------ GIVEN DATA ------

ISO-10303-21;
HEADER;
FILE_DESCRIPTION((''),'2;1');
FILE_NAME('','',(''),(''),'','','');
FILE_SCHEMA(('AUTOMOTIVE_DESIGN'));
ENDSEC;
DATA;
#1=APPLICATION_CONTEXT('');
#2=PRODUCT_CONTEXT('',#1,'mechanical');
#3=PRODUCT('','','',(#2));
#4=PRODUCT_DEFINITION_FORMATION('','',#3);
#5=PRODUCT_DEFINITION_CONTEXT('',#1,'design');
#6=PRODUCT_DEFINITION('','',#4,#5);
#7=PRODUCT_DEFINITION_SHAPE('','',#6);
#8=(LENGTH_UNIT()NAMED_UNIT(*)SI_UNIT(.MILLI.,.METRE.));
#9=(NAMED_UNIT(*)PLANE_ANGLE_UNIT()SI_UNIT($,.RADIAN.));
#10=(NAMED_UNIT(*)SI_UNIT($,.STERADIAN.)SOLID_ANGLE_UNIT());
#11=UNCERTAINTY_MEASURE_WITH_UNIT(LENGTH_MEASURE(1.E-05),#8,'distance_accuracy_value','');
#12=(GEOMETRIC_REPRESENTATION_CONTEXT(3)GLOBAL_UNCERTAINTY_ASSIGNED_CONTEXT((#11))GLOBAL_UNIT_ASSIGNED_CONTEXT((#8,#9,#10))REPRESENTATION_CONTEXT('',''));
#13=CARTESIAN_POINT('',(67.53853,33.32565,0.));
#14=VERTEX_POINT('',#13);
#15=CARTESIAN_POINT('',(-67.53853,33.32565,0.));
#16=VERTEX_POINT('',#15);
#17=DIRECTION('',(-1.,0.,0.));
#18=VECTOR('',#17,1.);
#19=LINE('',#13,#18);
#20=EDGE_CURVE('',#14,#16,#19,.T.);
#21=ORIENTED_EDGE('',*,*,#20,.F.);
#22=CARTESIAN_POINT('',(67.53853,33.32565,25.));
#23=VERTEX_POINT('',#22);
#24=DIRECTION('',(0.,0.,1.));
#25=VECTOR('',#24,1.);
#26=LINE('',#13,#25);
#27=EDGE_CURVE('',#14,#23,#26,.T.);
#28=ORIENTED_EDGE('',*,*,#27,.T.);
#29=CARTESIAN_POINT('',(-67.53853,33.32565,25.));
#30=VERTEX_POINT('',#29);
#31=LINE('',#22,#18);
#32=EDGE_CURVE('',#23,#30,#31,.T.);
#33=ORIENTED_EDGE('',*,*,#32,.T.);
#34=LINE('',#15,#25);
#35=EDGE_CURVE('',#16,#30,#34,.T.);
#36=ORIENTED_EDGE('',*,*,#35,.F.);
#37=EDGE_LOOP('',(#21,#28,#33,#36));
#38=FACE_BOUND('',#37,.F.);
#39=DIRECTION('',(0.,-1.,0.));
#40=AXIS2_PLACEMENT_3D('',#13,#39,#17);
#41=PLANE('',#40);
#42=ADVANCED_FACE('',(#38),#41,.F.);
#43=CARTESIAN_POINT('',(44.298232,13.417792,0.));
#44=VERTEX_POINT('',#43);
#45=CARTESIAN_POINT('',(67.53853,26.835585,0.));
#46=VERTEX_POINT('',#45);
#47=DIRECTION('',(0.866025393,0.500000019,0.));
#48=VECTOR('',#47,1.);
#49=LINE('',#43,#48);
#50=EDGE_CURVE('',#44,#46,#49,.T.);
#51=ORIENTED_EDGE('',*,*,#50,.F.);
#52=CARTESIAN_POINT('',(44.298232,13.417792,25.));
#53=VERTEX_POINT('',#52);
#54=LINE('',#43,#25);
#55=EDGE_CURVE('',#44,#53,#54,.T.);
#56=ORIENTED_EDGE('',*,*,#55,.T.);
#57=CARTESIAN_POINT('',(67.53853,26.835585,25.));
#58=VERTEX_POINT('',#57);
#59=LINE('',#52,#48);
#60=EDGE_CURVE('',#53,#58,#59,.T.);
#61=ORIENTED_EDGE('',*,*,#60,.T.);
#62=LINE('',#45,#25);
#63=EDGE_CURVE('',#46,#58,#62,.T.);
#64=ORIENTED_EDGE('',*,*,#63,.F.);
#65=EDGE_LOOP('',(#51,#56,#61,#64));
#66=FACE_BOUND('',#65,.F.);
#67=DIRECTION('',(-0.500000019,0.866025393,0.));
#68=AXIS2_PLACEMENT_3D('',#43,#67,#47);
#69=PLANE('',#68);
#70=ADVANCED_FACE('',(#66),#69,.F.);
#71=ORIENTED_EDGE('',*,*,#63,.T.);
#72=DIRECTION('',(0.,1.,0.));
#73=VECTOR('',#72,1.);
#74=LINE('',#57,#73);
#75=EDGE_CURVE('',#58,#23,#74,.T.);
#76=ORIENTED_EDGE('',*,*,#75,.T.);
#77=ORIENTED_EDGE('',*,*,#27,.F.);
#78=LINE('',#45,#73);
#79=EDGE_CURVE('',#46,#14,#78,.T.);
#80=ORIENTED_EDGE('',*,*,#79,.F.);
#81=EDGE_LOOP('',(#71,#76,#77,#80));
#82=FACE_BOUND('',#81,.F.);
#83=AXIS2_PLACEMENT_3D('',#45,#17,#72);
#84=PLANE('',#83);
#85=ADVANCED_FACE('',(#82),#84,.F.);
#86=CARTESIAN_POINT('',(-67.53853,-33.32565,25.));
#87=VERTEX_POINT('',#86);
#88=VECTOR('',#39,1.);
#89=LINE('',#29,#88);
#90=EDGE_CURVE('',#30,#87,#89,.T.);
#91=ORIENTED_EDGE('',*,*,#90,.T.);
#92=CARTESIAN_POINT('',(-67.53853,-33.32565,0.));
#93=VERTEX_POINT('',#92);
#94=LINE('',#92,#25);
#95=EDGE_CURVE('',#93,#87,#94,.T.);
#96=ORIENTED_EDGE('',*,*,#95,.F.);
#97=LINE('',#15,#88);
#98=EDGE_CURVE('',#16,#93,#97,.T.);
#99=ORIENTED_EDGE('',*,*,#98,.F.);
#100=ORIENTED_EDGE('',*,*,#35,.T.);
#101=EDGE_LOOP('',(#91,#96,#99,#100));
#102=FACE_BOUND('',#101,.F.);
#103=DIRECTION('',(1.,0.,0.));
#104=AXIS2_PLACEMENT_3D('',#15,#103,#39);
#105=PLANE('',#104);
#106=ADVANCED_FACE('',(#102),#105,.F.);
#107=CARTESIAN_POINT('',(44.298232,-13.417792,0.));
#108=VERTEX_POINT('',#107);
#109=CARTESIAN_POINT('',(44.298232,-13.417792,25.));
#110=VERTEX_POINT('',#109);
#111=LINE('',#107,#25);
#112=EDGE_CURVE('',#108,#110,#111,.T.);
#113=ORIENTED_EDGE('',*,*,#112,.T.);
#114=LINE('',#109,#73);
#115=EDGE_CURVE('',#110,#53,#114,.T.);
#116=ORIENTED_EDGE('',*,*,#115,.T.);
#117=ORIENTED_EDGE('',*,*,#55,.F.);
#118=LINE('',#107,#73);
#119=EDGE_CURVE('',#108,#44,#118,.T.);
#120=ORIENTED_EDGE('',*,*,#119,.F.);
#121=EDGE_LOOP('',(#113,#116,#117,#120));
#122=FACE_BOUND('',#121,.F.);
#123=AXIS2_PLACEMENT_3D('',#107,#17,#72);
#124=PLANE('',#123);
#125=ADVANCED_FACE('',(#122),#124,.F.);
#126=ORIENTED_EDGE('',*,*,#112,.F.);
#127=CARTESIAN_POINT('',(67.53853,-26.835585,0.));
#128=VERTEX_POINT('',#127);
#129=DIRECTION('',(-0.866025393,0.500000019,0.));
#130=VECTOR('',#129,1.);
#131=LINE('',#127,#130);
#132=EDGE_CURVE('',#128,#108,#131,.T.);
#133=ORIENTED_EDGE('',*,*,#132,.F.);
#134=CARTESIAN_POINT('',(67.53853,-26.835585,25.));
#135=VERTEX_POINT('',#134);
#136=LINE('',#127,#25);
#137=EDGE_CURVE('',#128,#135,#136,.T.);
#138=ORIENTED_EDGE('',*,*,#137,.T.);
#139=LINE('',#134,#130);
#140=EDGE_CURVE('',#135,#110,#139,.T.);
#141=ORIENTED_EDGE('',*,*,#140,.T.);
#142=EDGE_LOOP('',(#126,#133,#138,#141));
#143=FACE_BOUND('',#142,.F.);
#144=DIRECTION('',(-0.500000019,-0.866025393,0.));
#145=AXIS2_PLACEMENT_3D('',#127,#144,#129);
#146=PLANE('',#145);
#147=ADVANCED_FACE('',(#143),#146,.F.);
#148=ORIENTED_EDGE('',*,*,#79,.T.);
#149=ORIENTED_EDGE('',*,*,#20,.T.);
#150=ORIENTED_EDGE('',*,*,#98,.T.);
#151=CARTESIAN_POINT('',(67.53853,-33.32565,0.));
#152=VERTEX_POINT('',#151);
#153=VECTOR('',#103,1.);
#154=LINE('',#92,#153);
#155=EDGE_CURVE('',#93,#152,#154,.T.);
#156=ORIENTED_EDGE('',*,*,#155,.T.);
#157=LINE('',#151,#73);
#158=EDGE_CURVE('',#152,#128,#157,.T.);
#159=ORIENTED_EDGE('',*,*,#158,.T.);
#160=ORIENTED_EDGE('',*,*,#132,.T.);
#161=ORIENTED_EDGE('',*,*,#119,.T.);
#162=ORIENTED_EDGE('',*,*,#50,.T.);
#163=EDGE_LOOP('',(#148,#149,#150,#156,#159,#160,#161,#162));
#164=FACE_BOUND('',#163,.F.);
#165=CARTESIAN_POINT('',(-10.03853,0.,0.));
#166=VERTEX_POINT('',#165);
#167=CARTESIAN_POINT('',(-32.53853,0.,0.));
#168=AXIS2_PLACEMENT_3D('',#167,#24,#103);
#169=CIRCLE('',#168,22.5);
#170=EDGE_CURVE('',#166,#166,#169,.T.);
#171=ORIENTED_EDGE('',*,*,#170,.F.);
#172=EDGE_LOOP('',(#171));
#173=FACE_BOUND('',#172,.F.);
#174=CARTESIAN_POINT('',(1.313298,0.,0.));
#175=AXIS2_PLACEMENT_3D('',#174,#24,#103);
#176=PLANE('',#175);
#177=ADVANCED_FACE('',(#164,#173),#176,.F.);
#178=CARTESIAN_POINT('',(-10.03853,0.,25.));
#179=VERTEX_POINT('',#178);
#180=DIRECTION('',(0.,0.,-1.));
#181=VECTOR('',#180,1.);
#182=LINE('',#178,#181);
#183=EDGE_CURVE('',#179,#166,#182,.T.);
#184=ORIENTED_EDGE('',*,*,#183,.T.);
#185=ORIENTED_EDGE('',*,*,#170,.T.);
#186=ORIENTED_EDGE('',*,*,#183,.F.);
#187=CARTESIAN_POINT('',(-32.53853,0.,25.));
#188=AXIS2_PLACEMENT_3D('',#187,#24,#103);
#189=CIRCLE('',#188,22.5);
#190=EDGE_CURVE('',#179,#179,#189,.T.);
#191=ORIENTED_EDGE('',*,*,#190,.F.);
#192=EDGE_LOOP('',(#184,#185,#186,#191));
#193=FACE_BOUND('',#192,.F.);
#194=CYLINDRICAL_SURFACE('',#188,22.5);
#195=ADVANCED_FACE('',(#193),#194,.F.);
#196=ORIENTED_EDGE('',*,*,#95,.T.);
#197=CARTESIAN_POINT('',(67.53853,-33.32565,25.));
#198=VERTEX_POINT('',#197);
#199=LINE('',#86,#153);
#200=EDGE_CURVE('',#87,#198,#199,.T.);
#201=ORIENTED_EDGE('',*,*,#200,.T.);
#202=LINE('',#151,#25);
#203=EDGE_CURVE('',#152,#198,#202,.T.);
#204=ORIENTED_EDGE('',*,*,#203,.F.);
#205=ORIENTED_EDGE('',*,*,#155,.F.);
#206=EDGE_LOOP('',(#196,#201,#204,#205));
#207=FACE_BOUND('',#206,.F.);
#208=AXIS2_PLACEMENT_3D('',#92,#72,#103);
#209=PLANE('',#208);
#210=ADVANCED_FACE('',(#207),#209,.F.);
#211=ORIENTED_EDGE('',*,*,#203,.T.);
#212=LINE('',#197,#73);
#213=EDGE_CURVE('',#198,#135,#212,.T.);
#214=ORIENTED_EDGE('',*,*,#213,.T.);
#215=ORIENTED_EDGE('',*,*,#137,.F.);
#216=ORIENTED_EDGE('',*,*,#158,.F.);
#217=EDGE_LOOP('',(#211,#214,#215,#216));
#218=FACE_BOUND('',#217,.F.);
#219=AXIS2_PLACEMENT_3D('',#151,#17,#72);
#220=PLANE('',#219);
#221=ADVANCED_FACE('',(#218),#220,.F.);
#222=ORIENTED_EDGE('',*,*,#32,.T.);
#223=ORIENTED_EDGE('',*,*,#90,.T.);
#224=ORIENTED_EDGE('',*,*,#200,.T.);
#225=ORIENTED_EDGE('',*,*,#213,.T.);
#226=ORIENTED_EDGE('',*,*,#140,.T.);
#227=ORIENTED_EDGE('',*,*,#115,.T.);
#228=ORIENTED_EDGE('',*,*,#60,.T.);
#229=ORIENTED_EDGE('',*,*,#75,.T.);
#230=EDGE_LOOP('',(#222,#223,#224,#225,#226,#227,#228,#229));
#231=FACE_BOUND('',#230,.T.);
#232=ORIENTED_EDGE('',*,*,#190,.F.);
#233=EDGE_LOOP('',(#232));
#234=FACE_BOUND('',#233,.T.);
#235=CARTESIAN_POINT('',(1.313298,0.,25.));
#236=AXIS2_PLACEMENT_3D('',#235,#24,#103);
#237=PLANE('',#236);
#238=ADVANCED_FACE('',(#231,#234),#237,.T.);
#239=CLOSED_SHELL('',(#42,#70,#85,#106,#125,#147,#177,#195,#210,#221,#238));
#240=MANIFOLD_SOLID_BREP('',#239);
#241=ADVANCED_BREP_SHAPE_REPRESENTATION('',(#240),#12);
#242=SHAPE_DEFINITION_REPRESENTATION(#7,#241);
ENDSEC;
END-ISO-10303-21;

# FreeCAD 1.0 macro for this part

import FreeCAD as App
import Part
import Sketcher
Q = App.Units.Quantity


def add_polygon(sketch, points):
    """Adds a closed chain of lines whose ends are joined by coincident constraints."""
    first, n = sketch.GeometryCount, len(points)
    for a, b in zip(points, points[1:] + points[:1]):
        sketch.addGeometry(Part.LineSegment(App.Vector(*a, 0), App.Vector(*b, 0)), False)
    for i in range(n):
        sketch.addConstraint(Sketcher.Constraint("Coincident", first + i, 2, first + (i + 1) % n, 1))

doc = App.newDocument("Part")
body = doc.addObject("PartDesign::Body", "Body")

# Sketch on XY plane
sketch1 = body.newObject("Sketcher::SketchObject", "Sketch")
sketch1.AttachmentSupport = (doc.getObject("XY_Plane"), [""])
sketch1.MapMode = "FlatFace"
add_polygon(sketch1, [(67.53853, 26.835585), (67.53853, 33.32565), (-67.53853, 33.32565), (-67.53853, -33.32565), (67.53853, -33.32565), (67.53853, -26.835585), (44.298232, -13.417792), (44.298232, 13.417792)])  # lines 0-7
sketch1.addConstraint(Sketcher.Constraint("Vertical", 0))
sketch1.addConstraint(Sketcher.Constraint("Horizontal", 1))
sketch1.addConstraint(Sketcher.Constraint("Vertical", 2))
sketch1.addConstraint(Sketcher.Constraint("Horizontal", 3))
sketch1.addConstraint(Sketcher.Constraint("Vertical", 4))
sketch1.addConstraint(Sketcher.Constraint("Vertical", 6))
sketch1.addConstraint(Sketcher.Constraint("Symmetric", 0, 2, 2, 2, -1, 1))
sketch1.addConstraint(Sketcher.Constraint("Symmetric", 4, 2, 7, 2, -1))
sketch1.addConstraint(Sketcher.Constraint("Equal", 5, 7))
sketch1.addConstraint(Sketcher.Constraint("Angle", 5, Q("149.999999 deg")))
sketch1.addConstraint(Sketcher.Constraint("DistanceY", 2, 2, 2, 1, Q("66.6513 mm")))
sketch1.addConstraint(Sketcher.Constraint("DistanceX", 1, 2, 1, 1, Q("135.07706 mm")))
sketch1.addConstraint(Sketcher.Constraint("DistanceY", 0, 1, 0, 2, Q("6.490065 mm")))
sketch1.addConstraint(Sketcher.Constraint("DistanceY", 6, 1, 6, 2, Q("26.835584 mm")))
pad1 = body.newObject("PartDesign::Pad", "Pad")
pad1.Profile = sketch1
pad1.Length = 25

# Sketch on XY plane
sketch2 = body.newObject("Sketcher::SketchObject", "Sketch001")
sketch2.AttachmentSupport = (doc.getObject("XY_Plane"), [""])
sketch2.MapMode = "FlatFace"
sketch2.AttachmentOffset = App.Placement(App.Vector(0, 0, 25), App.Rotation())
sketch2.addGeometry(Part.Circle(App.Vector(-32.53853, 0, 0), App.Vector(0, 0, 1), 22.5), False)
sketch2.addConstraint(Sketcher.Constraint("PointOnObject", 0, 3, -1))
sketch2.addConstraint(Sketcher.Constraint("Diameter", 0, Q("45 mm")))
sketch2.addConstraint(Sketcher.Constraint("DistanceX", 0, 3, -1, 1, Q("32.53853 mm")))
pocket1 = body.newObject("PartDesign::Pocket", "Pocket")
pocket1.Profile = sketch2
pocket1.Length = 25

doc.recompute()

------
------ GIVEN DATA ------

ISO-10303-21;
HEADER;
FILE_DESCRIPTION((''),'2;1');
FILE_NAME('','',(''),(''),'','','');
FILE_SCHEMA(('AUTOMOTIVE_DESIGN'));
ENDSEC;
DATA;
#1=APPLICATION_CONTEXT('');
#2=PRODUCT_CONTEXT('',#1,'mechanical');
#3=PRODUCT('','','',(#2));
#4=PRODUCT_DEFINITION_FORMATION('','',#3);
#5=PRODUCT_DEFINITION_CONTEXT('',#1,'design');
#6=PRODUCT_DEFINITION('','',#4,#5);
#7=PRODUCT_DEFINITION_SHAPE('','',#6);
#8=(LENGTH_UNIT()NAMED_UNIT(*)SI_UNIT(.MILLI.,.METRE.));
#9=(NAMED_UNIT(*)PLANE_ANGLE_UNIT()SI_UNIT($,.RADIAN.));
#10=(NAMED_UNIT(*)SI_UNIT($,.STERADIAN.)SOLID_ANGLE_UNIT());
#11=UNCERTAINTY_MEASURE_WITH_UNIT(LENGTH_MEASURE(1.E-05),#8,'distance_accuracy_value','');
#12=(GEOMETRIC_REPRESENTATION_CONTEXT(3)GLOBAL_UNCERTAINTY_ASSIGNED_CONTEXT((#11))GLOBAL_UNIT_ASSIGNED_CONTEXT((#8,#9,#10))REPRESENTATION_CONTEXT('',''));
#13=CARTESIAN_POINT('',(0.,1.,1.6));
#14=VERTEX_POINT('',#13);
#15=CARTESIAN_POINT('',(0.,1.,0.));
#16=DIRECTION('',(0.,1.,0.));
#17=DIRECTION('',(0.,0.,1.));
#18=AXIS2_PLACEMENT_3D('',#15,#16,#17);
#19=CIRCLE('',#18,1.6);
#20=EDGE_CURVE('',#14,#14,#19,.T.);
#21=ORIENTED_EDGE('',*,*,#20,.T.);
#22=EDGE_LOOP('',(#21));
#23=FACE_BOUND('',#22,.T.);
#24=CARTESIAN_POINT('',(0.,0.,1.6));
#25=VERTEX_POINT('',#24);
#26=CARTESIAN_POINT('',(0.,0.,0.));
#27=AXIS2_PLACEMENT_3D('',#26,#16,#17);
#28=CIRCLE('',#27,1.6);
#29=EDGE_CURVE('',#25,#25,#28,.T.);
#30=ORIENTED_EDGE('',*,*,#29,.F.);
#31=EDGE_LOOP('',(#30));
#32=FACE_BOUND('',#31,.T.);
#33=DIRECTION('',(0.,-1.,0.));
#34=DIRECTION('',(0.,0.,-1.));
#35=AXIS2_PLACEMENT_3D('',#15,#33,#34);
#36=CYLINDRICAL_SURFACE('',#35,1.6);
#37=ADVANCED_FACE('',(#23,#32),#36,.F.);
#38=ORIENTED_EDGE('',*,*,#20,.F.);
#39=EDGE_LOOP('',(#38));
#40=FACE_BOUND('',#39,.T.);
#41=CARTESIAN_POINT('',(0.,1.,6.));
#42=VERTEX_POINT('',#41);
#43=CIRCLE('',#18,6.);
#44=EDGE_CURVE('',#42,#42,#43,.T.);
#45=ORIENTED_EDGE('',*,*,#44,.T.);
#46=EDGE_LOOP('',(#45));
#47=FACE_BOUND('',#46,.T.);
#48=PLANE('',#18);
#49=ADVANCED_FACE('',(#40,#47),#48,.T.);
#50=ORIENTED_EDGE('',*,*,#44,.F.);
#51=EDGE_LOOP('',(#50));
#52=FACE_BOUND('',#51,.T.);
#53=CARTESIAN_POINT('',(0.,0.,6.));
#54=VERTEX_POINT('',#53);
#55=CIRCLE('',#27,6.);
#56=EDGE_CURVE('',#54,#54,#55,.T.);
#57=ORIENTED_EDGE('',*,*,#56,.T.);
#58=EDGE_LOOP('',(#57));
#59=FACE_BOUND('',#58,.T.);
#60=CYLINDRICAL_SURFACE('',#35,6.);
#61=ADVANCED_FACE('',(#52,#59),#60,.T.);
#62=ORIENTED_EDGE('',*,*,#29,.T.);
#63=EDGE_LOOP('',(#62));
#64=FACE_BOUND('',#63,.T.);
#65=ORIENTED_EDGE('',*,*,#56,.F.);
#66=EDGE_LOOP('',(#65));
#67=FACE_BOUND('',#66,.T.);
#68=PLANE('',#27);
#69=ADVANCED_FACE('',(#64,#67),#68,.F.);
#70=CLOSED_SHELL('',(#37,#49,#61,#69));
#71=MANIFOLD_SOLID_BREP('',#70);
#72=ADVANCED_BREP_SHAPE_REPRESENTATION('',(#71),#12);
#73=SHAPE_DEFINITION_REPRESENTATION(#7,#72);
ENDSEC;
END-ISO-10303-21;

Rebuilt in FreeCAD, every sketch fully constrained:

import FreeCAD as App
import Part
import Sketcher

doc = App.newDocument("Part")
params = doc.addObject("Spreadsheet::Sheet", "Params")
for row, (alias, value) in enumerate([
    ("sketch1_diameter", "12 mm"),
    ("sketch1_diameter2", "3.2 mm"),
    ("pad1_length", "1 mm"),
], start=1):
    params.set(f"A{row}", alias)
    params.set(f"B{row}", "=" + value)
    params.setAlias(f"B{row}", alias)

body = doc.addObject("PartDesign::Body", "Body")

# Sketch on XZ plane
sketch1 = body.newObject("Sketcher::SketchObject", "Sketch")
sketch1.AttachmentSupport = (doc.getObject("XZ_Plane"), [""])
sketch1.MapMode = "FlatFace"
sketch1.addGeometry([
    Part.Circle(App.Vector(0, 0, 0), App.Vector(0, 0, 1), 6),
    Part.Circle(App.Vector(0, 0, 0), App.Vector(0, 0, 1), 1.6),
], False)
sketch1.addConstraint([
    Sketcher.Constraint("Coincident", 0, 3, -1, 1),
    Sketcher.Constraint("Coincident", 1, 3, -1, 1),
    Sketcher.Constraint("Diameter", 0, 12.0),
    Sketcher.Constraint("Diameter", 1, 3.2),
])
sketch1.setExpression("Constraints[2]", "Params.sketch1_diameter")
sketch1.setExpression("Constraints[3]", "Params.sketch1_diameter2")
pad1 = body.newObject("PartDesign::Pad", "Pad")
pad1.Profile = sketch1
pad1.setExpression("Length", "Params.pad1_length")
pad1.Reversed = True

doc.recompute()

------
------ GIVEN DATA ------

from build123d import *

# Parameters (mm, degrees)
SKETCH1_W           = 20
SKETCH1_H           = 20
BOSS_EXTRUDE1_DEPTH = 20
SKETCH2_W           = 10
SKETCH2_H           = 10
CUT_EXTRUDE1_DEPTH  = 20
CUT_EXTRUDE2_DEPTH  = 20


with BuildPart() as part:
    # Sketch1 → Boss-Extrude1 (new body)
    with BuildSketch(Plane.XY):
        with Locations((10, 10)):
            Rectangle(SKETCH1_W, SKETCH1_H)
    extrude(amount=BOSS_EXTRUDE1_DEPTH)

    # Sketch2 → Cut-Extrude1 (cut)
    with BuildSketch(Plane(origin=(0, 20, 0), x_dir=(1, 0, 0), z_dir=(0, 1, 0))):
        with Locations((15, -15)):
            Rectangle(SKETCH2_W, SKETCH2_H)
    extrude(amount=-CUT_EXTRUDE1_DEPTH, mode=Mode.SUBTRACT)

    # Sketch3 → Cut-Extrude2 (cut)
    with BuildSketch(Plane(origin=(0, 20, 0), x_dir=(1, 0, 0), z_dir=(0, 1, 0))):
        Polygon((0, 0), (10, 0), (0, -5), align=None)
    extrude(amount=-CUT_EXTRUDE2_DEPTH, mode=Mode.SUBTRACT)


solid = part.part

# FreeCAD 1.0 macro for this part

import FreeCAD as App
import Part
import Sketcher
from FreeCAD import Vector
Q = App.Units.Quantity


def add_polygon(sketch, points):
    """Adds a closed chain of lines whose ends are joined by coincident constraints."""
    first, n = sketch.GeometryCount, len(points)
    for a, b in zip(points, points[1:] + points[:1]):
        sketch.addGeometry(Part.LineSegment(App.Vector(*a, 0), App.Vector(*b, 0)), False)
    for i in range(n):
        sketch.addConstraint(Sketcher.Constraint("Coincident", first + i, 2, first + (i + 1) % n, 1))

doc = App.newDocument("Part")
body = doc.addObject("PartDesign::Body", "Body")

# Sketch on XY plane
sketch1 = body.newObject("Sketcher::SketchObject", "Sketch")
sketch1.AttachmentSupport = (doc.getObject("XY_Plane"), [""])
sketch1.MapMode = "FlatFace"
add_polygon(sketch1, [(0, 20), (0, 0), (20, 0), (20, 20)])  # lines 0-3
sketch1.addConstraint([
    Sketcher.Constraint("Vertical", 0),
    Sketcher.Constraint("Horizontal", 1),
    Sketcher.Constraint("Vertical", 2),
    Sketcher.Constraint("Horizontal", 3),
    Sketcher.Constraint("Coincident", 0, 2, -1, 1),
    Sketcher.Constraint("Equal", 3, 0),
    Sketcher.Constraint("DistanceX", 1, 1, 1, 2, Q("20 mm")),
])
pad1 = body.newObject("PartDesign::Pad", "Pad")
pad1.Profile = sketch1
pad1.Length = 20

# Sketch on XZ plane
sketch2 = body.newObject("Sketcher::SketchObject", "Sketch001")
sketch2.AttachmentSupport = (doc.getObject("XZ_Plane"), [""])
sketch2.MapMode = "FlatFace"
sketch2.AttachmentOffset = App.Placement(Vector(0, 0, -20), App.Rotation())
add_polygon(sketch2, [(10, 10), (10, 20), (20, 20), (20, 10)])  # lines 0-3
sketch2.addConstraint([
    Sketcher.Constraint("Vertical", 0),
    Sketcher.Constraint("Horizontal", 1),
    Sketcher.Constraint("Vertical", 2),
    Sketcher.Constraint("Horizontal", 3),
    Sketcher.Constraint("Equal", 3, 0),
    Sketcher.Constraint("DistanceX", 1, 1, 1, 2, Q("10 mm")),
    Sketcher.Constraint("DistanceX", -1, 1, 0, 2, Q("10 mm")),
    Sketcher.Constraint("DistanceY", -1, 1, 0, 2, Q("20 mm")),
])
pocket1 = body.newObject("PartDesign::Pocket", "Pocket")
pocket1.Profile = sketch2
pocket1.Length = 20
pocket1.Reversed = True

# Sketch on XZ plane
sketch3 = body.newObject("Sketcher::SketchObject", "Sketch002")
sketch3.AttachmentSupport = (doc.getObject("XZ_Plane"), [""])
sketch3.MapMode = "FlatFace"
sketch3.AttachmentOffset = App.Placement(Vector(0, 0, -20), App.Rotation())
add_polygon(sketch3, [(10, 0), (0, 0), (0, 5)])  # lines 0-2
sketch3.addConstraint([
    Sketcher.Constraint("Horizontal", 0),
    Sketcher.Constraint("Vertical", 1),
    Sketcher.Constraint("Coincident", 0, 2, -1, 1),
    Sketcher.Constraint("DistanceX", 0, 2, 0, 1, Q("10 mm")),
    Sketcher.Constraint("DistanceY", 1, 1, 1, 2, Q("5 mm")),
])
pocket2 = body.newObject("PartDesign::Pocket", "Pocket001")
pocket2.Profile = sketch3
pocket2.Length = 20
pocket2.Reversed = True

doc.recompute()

------

WHAT IS EXPECTED
Set down, unchanged, only those lines above that fall between the line with "#84=PLANE('',#83);" and the line with "#100=ORIENTED_EDGE('',*,*,#35,.T.);", the two end lines included.

ANSWER BOX
#84=PLANE('',#83);
#85=ADVANCED_FACE('',(#82),#84,.F.);
#86=CARTESIAN_POINT('',(-67.53853,-33.32565,25.));
#87=VERTEX_POINT('',#86);
#88=VECTOR('',#39,1.);
#89=LINE('',#29,#88);
#90=EDGE_CURVE('',#30,#87,#89,.T.);
#91=ORIENTED_EDGE('',*,*,#90,.T.);
#92=CARTESIAN_POINT('',(-67.53853,-33.32565,0.));
#93=VERTEX_POINT('',#92);
#94=LINE('',#92,#25);
#95=EDGE_CURVE('',#93,#87,#94,.T.);
#96=ORIENTED_EDGE('',*,*,#95,.F.);
#97=LINE('',#15,#88);
#98=EDGE_CURVE('',#16,#93,#97,.T.);
#99=ORIENTED_EDGE('',*,*,#98,.F.);
#100=ORIENTED_EDGE('',*,*,#35,.T.);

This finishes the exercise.